Nello sport, nel basket, è fondamentale saper reagire. In una partita, nella sfida successiva. Il basket ti mette di fronte a ritmi altissimi, non esiste momento di riposo, un momento sei in attacco e quello dopo in difesa. 

La stagione 1996/1997 mi ha lasciato questo insegnamento, per diversi motivi ed in diverse occasioni. Ma andiamo per gradi: il Marines Henson era rimasto con noi, Hugo dopo un campionato pazzesco ci aveva lasciato per trasferirsi al Panathinaikos ma erano arrivati due degli italiani più talentuosi del campionato, Davide Ancilotto e Davide Pessina. 

Il primo ricordo, che se ci penso mi fa ancora ridere da morire, è a Reggio Calabria. Avevamo appena perso male (78-68) e gli animi non erano proprio dei migliori. Il nostro albergo era bellissimo e stava di fronte al mare ed il ristorante era sulla terrazza che dava proprio sullo stretto di Messina. Le facce erano bruttine, c’era tensione ma lì ecco l’eroe che non ti aspetti: il cameriere. 

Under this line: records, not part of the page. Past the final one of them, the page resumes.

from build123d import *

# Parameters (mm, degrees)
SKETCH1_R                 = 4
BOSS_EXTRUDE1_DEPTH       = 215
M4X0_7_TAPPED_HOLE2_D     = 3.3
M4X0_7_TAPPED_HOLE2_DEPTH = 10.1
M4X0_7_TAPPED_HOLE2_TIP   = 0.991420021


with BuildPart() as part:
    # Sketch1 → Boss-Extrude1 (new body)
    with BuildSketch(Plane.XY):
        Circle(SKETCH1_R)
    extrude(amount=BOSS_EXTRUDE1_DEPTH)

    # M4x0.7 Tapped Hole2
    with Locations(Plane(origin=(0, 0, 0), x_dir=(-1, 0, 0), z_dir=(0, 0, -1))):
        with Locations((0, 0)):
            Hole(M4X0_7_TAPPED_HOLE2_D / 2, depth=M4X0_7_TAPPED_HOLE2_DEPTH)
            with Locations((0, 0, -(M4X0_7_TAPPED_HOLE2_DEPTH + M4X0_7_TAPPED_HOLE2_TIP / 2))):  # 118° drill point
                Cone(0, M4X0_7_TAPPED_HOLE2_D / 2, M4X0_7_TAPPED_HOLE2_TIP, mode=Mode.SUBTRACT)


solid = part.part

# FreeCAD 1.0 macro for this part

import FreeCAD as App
import Part
import Sketcher

V = App.Vector
Q = App.Units.Quantity

doc = App.newDocument("Part")
body = doc.addObject("PartDesign::Body", "Body")

sketch1 = body.newObject("Sketcher::SketchObject", "Sketch")
sketch1.AttachmentSupport = (doc.getObject("XY_Plane"), [""])
sketch1.MapMode = "FlatFace"
sketch1.addGeometry(Part.Circle(V(0, 0, 0), V(0, 0, 1), 4), False)
sketch1.addConstraint([
    Sketcher.Constraint("Coincident", 0, 3, -1, 1),
    Sketcher.Constraint("Diameter", 0, Q("8 mm")),
])
pad1 = body.newObject("PartDesign::Pad", "Pad")
pad1.Profile = sketch1
pad1.Length = 215

sketch2 = body.newObject("Sketcher::SketchObject", "Sketch001")
sketch2.AttachmentSupport = (doc.getObject("XY_Plane"), [""])
sketch2.MapMode = "FlatFace"
sketch2.addGeometry(Part.Circle(V(0, 0, 0), V(0, 0, 1), 1.65), False)
sketch2.addConstraint([
    Sketcher.Constraint("Coincident", 0, 3, -1, 1),
    Sketcher.Constraint("Diameter", 0, Q("3.3 mm")),
])
doc.recompute()
hole = body.newObject("PartDesign::Hole", "Hole")
hole.Profile = sketch2
hole.ThreadType = "None"
hole.Diameter = 3.3
hole.DepthType = "Dimension"
hole.Depth = 10.1
hole.DrillPoint = "Angled"
hole.DrillPointAngle = 118
hole.Reversed = True

doc.recompute()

“Lo vogliamo dare un bel dolcetto a questi ragazzi?”

Quella frase così normale, così spontanea, è stata in grado di spezzare la tensione della sconfitta, a tal punto che quando il nostro Dottore, Alessandro Bomprezzi, disse al cameriere di chiedere autorizzazione ad Attilio Caja, il coach acconsentì, e per fortuna. Ragazzi c’era ogni ben di Dio: i cannoli qualcosa di spettacolare. 

Stagione davvero strana, altalenante, anche a causa degli infortuni. Davide era stato costretto a saltare più di qualche partita e con o senza di lui c’era un enorme differenza. Però, nonostante tutto, eravamo sempre là, con la giusta tigna e con il giusto atteggiamento. 

In campionato chiudemmo sesti ma se vi dovessi dire, è la Coppa che mi regalò le emozioni più belle. Primi in un girone davvero duro, chi se la scorda la marcatura su Griffith: tutti dicevano che era enorme, grosso, tosto ma io mi divertivo a dire che era “spesso”. Ragazzi, aveva un petto enorme, e-n-o-r-m-e. E se riesci a marcarlo, bravo te lo devi dire. 

Ma se c’è un eroe è Capone. Ci regalò l’emozione di riuscire a rimontare uno svantaggio di diciotto punti contro Granada. Il Palazzetto dello Sport di Viale Tiziano era infuocato, non ricordo quanti ne fece, credo 26 o 28 o 29 ma è rimasta una delle partite più folli che ho visto da parte di un mio compagno. 

Insieme a Claudio, ad Emiliano, a me c’erano poi giocatori di talento vero: Davide Ancilotto e Davide Pessina. 

Anci era uno con la faccia “giusta”: talento cristallino, visione di gioco fuori dal comune, analisi dei momenti che mixati ai due metri che si portava dietro, lo rendeva un giocatore pazzesco, nonostante non fosse uno che ti ammazzava sul primo passo o sull’esplosività del primo passo. 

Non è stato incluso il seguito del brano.